HWNS, like many, if not most, graph based vector search algorithms is greedy. Think of it this way, when it needs to find just one nearest vector (ef=1), it will walk the graph always choosing the node that will take it the closest to the target at this particular step.

This picture shows the problem with the greedy search. It starts from the node A and wants to find the nearest node to the query node x. It walks from A to B. Then there are two possible paths and it selects C, because C is closer to x than E. And the search stops at D. Had it gone to E, it would have found F which is much closer to x. But a greedy search always chooses a decision that provides the most profit here and now.
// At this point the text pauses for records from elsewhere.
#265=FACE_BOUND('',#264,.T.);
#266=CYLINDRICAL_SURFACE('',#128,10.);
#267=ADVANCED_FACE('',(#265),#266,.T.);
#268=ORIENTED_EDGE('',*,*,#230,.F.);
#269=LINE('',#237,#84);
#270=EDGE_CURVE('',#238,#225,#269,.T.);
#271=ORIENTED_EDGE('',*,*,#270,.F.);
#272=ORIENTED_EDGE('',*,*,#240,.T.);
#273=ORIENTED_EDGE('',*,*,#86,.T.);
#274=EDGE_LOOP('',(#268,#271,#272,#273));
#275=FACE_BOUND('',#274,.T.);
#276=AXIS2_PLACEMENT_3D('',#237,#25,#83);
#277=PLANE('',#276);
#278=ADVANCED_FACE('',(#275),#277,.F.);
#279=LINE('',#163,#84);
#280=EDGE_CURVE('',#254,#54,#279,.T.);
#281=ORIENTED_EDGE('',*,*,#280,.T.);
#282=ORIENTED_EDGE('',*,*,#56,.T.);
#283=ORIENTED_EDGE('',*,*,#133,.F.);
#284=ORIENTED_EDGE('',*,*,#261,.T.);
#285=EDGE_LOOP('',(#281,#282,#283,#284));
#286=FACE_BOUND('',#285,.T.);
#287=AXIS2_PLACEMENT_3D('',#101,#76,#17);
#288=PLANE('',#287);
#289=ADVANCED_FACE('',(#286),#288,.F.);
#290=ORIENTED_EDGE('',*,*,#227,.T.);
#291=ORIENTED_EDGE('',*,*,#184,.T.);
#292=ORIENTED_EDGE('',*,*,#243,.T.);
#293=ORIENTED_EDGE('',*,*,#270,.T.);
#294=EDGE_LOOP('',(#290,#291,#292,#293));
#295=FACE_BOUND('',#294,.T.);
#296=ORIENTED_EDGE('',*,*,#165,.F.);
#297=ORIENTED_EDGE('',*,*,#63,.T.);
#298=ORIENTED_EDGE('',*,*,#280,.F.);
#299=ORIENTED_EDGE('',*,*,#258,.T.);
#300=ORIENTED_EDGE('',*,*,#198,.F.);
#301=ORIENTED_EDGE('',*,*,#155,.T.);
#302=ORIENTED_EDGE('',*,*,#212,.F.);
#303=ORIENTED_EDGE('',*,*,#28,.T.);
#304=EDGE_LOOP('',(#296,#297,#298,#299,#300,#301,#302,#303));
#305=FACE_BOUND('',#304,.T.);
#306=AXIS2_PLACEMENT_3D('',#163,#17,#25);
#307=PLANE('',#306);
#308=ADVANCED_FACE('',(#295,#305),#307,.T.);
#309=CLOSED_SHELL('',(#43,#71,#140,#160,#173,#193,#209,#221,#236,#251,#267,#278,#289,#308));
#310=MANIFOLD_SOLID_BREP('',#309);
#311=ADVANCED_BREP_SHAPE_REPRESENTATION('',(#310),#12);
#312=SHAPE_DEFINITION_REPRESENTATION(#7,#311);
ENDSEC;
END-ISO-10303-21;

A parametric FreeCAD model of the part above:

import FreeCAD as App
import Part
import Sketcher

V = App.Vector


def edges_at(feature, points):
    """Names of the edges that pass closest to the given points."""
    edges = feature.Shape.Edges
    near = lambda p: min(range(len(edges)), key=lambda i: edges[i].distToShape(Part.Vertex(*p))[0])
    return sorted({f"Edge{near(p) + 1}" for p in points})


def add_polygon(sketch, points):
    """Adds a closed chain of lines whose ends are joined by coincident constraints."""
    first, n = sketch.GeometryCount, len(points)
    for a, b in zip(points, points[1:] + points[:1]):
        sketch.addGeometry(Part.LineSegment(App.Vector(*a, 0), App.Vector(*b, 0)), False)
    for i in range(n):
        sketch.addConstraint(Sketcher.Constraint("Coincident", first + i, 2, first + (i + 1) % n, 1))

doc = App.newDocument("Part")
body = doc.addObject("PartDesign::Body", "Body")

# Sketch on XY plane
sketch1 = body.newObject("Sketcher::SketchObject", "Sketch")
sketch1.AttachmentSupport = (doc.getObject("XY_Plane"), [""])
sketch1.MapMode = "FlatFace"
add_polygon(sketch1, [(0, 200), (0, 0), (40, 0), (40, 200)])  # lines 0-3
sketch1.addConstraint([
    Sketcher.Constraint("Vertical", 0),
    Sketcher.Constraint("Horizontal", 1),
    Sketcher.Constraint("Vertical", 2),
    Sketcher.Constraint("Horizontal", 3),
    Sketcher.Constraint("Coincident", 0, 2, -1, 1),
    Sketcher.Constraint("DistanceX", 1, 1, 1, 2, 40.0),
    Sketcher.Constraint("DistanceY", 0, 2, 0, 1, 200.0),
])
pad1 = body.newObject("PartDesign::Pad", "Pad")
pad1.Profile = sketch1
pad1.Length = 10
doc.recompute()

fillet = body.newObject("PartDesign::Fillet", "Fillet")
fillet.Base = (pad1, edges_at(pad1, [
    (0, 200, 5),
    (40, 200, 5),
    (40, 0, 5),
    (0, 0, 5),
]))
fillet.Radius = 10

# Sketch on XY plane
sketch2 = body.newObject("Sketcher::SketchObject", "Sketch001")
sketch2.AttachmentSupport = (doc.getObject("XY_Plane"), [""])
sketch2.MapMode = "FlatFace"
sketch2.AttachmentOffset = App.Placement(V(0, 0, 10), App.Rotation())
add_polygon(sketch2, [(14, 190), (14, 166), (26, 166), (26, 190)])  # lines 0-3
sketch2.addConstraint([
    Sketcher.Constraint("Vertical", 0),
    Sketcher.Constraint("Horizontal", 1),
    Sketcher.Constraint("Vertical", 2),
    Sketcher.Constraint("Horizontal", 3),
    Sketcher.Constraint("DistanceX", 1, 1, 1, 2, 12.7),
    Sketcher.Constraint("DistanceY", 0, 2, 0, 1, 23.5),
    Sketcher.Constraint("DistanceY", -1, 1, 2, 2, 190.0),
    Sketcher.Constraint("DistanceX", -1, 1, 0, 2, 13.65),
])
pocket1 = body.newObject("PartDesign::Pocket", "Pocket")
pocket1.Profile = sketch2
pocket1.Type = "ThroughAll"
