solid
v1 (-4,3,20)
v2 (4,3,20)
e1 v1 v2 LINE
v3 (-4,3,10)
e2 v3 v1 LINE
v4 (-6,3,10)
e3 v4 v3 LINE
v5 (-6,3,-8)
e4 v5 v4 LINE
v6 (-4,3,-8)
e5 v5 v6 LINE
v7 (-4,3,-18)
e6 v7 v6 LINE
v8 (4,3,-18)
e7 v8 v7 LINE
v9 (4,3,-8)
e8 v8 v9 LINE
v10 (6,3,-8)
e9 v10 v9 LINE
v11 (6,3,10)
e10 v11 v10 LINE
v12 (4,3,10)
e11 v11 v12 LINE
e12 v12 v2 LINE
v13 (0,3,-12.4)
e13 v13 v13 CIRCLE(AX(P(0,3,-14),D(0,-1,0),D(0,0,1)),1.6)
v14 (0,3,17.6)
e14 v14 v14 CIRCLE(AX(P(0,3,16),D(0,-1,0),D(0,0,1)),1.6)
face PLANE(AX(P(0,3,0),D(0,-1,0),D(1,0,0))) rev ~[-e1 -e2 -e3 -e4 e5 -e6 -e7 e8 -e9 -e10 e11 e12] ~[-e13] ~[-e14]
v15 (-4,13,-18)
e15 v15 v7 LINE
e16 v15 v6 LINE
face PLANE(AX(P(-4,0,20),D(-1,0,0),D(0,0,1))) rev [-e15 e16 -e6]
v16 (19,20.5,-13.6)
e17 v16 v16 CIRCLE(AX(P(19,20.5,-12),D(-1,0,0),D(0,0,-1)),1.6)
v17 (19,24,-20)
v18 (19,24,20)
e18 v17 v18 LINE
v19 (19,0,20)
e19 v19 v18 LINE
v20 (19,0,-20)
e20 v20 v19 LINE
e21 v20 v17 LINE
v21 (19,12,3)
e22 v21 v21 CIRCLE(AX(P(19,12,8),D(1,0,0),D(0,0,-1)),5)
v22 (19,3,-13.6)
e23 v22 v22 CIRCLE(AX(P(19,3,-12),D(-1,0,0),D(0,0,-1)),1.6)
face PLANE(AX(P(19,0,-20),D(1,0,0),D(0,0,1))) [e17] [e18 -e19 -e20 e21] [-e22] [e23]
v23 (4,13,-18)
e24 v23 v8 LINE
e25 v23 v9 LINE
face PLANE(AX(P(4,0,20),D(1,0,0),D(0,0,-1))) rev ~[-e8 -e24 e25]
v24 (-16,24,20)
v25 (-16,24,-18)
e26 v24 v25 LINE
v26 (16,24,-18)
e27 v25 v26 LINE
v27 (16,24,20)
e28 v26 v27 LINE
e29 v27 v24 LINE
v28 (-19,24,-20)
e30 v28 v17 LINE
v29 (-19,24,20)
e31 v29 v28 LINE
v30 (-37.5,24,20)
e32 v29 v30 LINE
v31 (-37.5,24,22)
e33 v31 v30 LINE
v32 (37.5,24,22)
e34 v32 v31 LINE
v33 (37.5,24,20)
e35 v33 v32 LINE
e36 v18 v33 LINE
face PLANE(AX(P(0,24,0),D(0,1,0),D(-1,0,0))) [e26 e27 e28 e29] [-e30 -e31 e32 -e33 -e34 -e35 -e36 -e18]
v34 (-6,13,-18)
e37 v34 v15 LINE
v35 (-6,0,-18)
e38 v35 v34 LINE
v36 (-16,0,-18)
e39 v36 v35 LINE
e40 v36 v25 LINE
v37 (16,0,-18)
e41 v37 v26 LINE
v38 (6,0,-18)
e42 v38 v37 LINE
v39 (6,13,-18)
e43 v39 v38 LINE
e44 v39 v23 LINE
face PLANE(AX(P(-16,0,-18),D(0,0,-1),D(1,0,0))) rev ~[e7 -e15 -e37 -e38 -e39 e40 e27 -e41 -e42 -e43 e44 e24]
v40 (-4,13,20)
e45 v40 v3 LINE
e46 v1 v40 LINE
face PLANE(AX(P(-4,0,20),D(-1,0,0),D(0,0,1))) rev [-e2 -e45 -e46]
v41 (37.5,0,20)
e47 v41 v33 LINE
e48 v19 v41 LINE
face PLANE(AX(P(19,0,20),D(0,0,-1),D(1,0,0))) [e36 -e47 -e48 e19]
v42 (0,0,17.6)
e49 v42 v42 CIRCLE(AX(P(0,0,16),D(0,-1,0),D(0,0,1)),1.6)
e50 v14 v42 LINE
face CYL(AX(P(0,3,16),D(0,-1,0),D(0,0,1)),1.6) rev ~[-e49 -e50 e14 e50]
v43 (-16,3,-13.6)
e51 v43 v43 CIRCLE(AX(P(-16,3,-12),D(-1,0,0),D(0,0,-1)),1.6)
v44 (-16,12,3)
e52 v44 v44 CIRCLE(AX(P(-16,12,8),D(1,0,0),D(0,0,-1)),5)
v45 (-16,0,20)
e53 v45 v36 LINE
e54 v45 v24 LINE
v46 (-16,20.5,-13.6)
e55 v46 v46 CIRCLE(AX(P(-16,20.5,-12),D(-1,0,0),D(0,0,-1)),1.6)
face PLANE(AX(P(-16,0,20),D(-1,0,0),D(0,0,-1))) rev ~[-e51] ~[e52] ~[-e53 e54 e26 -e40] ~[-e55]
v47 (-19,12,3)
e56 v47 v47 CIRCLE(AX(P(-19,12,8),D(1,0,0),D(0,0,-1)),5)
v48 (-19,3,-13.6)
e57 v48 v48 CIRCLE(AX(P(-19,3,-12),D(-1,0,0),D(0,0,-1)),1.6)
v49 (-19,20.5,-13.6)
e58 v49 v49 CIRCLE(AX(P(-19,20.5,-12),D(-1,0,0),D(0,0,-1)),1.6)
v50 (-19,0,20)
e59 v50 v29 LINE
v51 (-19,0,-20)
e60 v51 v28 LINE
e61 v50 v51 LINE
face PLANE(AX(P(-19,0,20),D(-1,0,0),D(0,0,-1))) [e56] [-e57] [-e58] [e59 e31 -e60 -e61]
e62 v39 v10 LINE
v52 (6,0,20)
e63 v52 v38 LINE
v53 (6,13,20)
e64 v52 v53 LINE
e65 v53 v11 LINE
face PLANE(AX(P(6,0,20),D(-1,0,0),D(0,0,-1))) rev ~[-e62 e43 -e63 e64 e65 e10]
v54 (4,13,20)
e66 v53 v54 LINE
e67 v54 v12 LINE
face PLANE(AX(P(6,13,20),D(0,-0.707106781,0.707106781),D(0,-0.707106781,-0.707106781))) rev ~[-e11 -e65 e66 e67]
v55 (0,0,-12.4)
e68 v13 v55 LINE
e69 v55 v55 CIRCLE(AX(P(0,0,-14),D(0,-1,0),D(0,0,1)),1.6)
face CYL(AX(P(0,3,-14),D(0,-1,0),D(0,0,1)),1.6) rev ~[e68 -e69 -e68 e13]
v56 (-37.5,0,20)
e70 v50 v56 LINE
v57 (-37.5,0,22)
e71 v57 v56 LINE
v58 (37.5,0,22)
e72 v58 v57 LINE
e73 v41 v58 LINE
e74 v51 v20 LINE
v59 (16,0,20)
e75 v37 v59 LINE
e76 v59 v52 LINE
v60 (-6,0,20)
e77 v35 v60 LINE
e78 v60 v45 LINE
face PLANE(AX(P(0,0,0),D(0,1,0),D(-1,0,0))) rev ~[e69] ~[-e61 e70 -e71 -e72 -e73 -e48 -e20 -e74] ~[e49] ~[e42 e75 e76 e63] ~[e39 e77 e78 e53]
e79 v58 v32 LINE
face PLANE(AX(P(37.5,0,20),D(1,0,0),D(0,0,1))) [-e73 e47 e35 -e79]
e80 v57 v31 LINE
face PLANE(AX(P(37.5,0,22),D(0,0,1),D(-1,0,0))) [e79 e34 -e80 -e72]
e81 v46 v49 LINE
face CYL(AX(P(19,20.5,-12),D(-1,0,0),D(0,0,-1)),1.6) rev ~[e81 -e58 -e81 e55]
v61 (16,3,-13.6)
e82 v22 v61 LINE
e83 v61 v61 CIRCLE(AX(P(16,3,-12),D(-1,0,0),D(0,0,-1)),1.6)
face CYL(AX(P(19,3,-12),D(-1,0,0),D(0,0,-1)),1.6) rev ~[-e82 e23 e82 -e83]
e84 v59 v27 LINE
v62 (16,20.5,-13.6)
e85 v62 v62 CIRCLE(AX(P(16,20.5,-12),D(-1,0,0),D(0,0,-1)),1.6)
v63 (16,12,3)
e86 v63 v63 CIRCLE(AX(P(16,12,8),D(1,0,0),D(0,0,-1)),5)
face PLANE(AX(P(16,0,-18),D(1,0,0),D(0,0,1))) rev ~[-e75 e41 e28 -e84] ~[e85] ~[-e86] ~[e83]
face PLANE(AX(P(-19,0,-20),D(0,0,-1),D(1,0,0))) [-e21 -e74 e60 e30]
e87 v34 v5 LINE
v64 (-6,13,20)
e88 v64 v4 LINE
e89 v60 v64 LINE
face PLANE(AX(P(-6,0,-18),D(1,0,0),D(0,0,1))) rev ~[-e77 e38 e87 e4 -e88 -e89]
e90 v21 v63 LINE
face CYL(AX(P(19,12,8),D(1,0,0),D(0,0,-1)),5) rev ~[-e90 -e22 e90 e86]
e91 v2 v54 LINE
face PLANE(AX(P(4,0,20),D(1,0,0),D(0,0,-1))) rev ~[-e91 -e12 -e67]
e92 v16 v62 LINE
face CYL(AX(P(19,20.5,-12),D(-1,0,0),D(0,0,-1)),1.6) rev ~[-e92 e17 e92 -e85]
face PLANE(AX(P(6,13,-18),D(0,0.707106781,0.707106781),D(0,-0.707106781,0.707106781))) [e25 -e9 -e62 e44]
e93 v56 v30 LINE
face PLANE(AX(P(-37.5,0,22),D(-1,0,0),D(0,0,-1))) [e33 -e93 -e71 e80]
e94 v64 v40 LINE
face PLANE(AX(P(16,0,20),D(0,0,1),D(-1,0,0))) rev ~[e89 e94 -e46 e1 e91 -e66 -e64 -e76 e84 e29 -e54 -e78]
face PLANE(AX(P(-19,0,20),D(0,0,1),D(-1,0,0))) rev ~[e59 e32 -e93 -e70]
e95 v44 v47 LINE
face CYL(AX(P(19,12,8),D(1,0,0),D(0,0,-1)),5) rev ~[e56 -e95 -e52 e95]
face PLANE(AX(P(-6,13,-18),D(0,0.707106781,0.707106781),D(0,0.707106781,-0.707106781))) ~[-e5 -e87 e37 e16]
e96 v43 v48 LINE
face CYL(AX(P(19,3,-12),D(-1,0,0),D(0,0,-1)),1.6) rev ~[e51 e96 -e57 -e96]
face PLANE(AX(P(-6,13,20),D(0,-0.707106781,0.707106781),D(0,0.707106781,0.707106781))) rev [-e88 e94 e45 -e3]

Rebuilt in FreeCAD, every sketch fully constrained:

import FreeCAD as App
import Part
import Sketcher
from FreeCAD import Vector

doc = App.newDocument("Part")
body = doc.addObject("PartDesign::Body", "Body")

sketch1 = body.newObject("Sketcher::SketchObject", "Sketch")
sketch1.AttachmentSupport = (doc.getObject("XZ_Plane"), [""])
sketch1.MapMode = "FlatFace"
sketch1.addGeometry(Part.LineSegment(Vector(19, -20, 0), Vector(-19, -20, 0)), False)
sketch1.addGeometry(Part.LineSegment(Vector(-19, -20, 0), Vector(-19, 20, 0)), False)
sketch1.addGeometry(Part.LineSegment(Vector(-19, 20, 0), Vector(-37.5, 20, 0)), False)
sketch1.addGeometry(Part.LineSegment(Vector(-37.5, 20, 0), Vector(-37.5, 22, 0)), False)
sketch1.addGeometry(Part.LineSegment(Vector(-37.5, 22, 0), Vector(37.5, 22, 0)), False)
sketch1.addGeometry(Part.LineSegment(Vector(37.5, 22, 0), Vector(37.5, 20, 0)), False)
sketch1.addGeometry(Part.LineSegment(Vector(37.5, 20, 0), Vector(19, 20, 0)), False)
sketch1.addGeometry(Part.LineSegment(Vector(19, 20, 0), Vector(19, -20, 0)), False)
sketch1.addGeometry(Part.LineSegment(Vector(-16, 20, 0), Vector(-16, -18, 0)), False)
sketch1.addGeometry(Part.LineSegment(Vector(-16, -18, 0), Vector(16, -18, 0)), False)
sketch1.addGeometry(Part.LineSegment(Vector(16, -18, 0), Vector(16, 20, 0)), False)
sketch1.addGeometry(Part.LineSegment(Vector(16, 20, 0), Vector(-16, 20, 0)), False)
sketch1.addConstraint(Sketcher.Constraint("Coincident", 0, 2, 1, 1))
sketch1.addConstraint(Sketcher.Constraint("Coincident", 1, 2, 2, 1))
sketch1.addConstraint(Sketcher.Constraint("Coincident", 2, 2, 3, 1))
sketch1.addConstraint(Sketcher.Constraint("Coincident", 3, 2, 4, 1))
sketch1.addConstraint(Sketcher.Constraint("Coincident", 4, 2, 5, 1))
MariaDB Vector’s mHNSW diverges from other graph search algorithms by introducing a leniency factor \(\lambda\). Its search is no longer greedy. A leniency of \(\lambda = 1.1\), for example, means the search will consider not only the nearest node but all nodes that are within 10% of the nearest one. Let’s see how it affects the search.

Effects of leniency

This chart shows the dramatic effect of leniency. Note that with leniency at just 20% (\(\lambda=1.2\)) the recall at M=4 is better than the recall at M=32 and zero leniency (\(\lambda=1.0\), original HNSW greedy search)! It also shows how much the search speed drops — 20%-lenient search with M=4 is about half the speed of the greedy search with M=32, despite having much lower M.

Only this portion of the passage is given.